Hay verdades como mentes existen. Sin embargo,
objetivamente, la falla de los regímenes autoritarios, sean de izquierda o de
derecha, reside realmente en la inmoralidad de sus actos. El estribillo de “La
canción del elegido”, que justifica las masacres ejecutadas por el Ché (iba matando canallas con su cañón de futuro),
reluce hoy como una inmoralidad injustificable. Y lo es porque atribuye a un
hombre o grupo de hombres, el derecho de ser a la vez juez, jurado y verdugo en
nombre de una ideología. Los asesinatos de La Cabaña fueron eso, unos
asesinatos, semejantes, si se quiere, a la masacre en el estadio de Santiago de
Chile después del golpe del ‘73. No importa si en La Cabaña fueron unos cuantos
y en el estadio muchos, la inmoralidad subyace en las razones de esas matanzas.
Francis Fukuyama lo dijo: el liberalismo triunfó
definitivamente gracias a la victoria francesa en Jena, octubre de 1806. El
liberalismo se impuso entonces, no con la caída de la URSS en 1991. Y la única
razón que justifica este triunfo es la ética implícita en el modelo liberal que
no se advierte en los demás modelos políticos. En los días de las revueltas de
1848, cuando surgió “El manifiesto comunista”, quizás la violencia haya sido
vista como un vehículo para corregir fallas sociales derivadas de la Revolución
Industrial. Hoy, en cambio, hablar de luchas, de muerte, de guerras
ideológicas, como lo pregonan los voceros del chavismo radical, resulta inmoral.
Sobre todo porque, distinto de los innegables logros políticos, sociales y
económicos del liberalismo; el socialismo resultó ser, a la final, una tontería
que costó vidas, así como la miseria espiritual y material de millones de
personas.
La verdad, que siempre es relativa, pero hay rasgos
que entendemos y reconocemos colectivamente como correcto, de acuerdo a cánones
morales generalmente aceptados. Y privilegiar a las clases más pobres sólo por
el hecho de ser pobres no sólo es un acto inmoral y ofensivo para quienes han
prosperado gracias al esfuerzo propio, sino una terrible injusticia basada en
una idea tonta. El socialismo privilegia la flojera y castiga el trabajo, que ha
sido considerado, desde tiempos bíblicos, una virtud.

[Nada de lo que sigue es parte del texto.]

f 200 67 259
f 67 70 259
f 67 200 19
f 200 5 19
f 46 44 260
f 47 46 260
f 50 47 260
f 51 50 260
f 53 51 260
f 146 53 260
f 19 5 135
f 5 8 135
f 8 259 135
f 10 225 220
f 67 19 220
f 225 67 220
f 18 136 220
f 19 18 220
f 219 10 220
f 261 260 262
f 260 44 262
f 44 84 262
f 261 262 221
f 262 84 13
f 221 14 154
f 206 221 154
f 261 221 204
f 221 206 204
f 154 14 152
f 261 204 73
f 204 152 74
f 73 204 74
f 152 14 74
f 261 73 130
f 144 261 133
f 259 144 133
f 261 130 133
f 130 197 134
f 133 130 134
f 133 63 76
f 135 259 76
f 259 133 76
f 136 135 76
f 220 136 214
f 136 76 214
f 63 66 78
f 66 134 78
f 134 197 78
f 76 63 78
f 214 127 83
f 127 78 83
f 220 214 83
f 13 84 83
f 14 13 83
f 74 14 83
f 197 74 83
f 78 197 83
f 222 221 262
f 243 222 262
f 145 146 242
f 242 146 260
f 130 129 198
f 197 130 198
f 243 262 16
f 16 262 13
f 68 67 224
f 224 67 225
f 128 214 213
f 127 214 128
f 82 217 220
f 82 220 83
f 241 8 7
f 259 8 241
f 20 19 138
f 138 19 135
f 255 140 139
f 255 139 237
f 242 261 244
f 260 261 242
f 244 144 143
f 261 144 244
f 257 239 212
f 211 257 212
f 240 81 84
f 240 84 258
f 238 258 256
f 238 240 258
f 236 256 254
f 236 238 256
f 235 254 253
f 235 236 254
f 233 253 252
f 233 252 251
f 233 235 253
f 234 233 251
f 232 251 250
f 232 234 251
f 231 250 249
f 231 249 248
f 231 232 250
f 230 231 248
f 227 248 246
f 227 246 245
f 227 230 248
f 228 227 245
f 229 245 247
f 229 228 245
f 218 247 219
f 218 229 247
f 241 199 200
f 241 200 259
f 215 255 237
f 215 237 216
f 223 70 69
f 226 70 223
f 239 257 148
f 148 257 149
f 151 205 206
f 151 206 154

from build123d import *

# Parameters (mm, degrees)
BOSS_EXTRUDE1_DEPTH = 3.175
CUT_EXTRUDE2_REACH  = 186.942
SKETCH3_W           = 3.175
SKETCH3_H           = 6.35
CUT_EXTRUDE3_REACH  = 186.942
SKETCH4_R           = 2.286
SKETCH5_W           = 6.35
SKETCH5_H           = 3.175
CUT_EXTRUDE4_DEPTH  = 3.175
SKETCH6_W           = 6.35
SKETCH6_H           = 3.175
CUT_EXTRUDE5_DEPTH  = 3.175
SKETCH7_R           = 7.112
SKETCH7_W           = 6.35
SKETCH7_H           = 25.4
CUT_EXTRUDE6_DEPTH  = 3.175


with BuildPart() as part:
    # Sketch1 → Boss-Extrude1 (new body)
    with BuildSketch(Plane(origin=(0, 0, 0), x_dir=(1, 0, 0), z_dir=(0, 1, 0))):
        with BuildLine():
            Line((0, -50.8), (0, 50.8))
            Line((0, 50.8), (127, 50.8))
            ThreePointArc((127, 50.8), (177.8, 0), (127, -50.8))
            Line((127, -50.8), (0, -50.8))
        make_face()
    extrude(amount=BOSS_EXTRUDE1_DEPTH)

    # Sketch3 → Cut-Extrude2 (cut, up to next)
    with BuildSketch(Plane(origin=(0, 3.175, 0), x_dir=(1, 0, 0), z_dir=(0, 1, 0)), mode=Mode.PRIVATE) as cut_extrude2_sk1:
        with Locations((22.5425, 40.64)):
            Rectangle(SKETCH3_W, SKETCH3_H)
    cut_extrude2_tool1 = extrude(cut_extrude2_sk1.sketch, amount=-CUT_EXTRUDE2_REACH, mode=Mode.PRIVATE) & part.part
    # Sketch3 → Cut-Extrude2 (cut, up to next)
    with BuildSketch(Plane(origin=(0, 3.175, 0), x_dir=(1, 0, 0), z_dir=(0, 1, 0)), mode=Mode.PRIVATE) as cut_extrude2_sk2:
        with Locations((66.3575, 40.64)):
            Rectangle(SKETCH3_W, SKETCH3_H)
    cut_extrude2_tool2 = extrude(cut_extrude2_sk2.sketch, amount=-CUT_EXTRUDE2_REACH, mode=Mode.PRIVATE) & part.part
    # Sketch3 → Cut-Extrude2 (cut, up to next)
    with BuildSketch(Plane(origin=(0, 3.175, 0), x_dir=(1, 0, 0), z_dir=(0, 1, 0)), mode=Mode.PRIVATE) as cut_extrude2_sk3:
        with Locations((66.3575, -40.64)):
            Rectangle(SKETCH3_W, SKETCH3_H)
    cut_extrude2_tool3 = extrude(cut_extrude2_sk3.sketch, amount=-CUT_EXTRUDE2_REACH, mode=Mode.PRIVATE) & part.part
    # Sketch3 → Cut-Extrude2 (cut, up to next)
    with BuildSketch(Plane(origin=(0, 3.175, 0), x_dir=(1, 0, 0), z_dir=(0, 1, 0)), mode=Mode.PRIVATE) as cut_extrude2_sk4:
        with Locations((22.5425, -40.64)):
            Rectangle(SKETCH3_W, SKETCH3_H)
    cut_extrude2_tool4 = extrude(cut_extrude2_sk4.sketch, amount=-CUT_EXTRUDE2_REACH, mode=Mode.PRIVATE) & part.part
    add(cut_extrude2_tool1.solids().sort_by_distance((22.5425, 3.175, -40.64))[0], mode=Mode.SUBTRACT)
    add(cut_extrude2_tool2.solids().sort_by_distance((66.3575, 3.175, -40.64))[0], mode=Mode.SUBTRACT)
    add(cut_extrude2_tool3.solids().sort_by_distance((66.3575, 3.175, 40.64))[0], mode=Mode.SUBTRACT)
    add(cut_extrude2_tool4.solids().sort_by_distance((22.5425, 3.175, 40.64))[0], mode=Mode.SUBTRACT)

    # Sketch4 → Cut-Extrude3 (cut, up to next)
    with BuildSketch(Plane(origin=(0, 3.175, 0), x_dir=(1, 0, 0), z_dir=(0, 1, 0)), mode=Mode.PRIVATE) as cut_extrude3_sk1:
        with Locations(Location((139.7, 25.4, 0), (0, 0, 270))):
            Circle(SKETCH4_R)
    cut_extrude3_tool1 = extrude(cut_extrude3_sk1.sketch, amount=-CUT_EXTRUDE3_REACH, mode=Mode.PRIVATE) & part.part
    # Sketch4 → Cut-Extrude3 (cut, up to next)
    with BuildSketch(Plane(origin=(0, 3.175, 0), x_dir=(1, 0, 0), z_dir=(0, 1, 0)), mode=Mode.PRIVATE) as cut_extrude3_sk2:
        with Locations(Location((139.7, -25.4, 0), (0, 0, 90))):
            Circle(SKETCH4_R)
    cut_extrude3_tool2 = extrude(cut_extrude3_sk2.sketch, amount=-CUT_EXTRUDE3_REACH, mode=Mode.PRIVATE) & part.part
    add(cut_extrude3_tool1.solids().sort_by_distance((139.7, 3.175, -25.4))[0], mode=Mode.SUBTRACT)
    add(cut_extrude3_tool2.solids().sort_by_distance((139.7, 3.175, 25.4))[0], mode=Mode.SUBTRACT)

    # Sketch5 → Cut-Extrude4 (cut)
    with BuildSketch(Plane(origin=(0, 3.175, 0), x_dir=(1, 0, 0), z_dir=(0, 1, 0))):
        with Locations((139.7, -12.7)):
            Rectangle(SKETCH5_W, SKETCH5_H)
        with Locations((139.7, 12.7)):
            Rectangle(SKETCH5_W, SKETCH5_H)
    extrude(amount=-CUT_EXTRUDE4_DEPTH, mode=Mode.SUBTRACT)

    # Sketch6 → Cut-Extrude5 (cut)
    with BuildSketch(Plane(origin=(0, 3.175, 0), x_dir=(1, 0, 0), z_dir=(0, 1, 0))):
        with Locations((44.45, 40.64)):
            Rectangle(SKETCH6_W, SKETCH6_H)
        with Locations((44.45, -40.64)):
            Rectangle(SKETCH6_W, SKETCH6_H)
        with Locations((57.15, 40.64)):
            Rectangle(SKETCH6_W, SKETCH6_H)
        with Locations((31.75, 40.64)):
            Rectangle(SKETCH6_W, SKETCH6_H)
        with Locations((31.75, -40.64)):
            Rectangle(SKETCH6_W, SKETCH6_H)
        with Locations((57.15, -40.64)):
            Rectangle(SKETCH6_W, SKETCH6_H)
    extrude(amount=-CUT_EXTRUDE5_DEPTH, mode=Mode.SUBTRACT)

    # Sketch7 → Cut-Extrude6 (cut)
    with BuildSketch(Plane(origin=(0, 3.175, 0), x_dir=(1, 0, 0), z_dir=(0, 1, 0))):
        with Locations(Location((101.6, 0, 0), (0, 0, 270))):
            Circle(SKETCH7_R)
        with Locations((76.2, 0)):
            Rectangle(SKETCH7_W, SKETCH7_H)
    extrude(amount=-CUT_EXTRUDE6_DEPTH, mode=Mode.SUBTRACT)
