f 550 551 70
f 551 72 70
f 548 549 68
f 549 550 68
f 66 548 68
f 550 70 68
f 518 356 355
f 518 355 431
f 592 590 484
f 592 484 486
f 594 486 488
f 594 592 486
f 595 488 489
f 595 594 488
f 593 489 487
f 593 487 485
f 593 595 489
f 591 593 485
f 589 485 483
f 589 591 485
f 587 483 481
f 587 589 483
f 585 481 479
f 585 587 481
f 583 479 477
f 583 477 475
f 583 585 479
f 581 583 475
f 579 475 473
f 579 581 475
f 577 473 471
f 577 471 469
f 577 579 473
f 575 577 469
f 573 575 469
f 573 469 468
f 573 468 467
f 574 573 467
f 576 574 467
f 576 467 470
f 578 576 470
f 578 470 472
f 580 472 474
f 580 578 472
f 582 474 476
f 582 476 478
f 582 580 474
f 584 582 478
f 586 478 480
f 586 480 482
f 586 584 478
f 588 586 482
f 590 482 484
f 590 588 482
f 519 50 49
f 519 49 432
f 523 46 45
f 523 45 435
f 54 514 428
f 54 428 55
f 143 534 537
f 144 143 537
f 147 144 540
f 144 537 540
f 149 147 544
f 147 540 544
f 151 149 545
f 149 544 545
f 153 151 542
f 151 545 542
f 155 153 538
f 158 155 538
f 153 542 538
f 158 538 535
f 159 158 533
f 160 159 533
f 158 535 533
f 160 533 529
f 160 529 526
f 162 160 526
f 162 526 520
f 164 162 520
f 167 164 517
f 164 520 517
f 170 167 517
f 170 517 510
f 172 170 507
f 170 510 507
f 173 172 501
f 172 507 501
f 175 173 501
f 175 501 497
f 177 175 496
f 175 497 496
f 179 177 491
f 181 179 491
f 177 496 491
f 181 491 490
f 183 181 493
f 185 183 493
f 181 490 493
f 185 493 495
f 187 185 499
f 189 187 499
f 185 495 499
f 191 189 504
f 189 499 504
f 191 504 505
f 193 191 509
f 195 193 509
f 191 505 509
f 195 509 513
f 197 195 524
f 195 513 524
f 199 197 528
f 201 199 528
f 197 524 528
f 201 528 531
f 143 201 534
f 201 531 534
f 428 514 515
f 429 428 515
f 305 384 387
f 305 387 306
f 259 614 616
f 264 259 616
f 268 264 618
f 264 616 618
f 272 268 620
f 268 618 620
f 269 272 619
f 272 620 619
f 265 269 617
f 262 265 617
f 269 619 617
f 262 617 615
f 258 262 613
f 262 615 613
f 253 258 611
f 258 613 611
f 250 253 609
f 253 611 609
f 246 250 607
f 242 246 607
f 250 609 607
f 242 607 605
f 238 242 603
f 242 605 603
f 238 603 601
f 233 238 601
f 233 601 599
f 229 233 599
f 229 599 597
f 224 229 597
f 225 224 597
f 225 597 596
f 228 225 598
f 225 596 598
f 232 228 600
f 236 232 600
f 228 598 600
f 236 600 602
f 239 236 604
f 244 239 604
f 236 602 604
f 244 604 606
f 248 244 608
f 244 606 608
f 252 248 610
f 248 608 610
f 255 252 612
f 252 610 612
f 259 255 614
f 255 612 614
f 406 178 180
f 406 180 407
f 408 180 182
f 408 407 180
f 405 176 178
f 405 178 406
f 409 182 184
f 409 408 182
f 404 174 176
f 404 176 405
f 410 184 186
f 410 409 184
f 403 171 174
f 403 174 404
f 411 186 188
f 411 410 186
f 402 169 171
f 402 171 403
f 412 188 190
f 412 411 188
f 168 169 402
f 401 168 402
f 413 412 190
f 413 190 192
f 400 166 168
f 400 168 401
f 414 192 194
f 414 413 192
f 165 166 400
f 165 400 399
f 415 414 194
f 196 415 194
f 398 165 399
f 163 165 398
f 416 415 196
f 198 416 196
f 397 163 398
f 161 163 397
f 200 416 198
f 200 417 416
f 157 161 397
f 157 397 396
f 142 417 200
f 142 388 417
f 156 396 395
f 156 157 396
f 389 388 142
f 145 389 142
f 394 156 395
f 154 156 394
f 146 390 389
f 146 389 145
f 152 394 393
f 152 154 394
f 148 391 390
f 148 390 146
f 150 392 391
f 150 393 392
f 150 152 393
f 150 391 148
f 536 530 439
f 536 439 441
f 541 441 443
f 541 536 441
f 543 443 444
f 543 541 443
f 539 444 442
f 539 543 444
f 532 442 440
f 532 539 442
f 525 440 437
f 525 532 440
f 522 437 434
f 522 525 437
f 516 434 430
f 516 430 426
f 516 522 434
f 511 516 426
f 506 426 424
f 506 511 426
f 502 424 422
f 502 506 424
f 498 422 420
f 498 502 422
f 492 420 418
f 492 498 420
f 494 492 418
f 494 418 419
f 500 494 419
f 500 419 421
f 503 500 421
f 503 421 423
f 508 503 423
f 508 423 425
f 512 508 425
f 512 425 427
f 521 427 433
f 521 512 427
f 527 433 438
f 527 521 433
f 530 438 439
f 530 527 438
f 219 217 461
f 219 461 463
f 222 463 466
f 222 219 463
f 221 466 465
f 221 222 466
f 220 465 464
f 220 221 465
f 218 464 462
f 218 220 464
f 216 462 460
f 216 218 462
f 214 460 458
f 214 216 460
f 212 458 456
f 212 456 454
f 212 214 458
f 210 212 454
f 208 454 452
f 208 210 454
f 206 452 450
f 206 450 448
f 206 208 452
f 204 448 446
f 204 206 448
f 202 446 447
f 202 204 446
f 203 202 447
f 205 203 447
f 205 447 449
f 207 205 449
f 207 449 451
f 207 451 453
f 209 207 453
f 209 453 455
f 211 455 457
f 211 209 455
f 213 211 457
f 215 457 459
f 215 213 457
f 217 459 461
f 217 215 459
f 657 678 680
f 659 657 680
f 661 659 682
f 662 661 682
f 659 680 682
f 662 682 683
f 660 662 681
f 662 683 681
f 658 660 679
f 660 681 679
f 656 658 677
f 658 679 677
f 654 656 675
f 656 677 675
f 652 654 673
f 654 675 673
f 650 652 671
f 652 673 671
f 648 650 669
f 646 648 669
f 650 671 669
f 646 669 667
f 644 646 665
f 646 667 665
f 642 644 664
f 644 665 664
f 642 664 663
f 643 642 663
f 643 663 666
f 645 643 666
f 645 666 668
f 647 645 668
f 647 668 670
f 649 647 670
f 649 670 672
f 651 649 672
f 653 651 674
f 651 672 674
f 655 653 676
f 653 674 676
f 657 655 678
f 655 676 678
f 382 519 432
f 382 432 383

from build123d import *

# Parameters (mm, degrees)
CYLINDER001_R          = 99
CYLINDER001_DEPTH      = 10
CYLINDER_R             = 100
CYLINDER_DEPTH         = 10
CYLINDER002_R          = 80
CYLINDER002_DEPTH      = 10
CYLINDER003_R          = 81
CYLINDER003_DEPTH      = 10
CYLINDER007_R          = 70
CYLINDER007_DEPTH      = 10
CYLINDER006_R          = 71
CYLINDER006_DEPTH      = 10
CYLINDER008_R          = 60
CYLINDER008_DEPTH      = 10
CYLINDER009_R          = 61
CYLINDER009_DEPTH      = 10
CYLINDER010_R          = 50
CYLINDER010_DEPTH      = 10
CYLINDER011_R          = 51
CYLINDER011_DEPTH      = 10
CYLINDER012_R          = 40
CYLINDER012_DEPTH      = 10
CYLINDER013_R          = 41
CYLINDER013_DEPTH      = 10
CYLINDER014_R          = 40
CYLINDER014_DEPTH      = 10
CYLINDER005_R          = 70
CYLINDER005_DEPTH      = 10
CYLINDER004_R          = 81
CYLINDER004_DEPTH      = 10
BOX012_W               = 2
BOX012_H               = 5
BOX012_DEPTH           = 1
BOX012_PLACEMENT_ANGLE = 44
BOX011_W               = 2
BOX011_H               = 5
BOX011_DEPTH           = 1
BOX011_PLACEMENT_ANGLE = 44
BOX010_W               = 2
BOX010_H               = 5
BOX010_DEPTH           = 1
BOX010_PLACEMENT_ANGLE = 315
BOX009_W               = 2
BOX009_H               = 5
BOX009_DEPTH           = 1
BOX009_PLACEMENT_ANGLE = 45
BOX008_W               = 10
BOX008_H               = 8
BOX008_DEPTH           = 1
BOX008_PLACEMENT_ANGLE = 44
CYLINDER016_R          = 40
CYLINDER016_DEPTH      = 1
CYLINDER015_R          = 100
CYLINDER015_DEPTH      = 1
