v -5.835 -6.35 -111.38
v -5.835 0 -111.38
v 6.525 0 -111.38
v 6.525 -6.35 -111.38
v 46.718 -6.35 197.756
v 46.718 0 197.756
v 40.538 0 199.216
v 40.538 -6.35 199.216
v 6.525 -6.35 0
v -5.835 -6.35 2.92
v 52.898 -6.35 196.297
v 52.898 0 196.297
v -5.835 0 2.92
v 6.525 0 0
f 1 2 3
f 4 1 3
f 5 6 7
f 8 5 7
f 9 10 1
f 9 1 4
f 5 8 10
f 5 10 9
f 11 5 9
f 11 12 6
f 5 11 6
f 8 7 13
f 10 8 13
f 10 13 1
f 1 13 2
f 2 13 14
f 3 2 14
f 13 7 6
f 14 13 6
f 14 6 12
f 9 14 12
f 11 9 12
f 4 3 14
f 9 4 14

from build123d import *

# Parameters (mm, degrees)
F1_DEPTH = 6.35


with BuildPart() as f1:
    # F0 (on Front) → F1 (new body)
    with BuildSketch(Plane.XZ):
        Polygon((52.898277, 196.296548), (46.718386, 197.756498), (40.538496, 199.216447), (-5.834989, 2.919899), (-5.834989, 1.378469), (0, 0), (6.524792, -1.54143), (6.524792, 0), align=None)
        Polygon((0, 0), (-5.834989, 1.378469), (-5.834989, -111.380101), (6.524792, -111.380101), (6.524792, -1.54143), align=None)
    extrude(amount=F1_DEPTH)


solid = f1.part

No discuto las intenciones que el gobierno de
Chávez pudo tener antes y el de Nicolás Mauro, ahora. Rechazo no obstante la
inmoralidad glorificada por el liderazgo revolucionario, que, al parecer, como
consecuencia de sus resentimientos restañados, propicia una indecente lucha de
clases, injustificable en el mundo contemporáneo; aúpa la revancha del holgazán
contra el trabajador y promueve la envidia del mediocre hacia la persona
exitosa. La pobreza, que ciertamente es un problema doloroso, no se combate con
bobadas y discursos melosos, sino con políticas serias, pensadas
cuidadosamente, que incluyan realmente a todos los actores, que, hoy por hoy,
son muchos más que patronos y obreros.
La contemporaneidad ha demostrado que la revolución
bolivariana es una tontería inmoral e injusta y, por ello, sin armas, sin
sangre, pero con la justicia objetiva sobre su proceder indecente, debe
terminar, aunque Nicolás Maduro permanezca al frente del gobierno.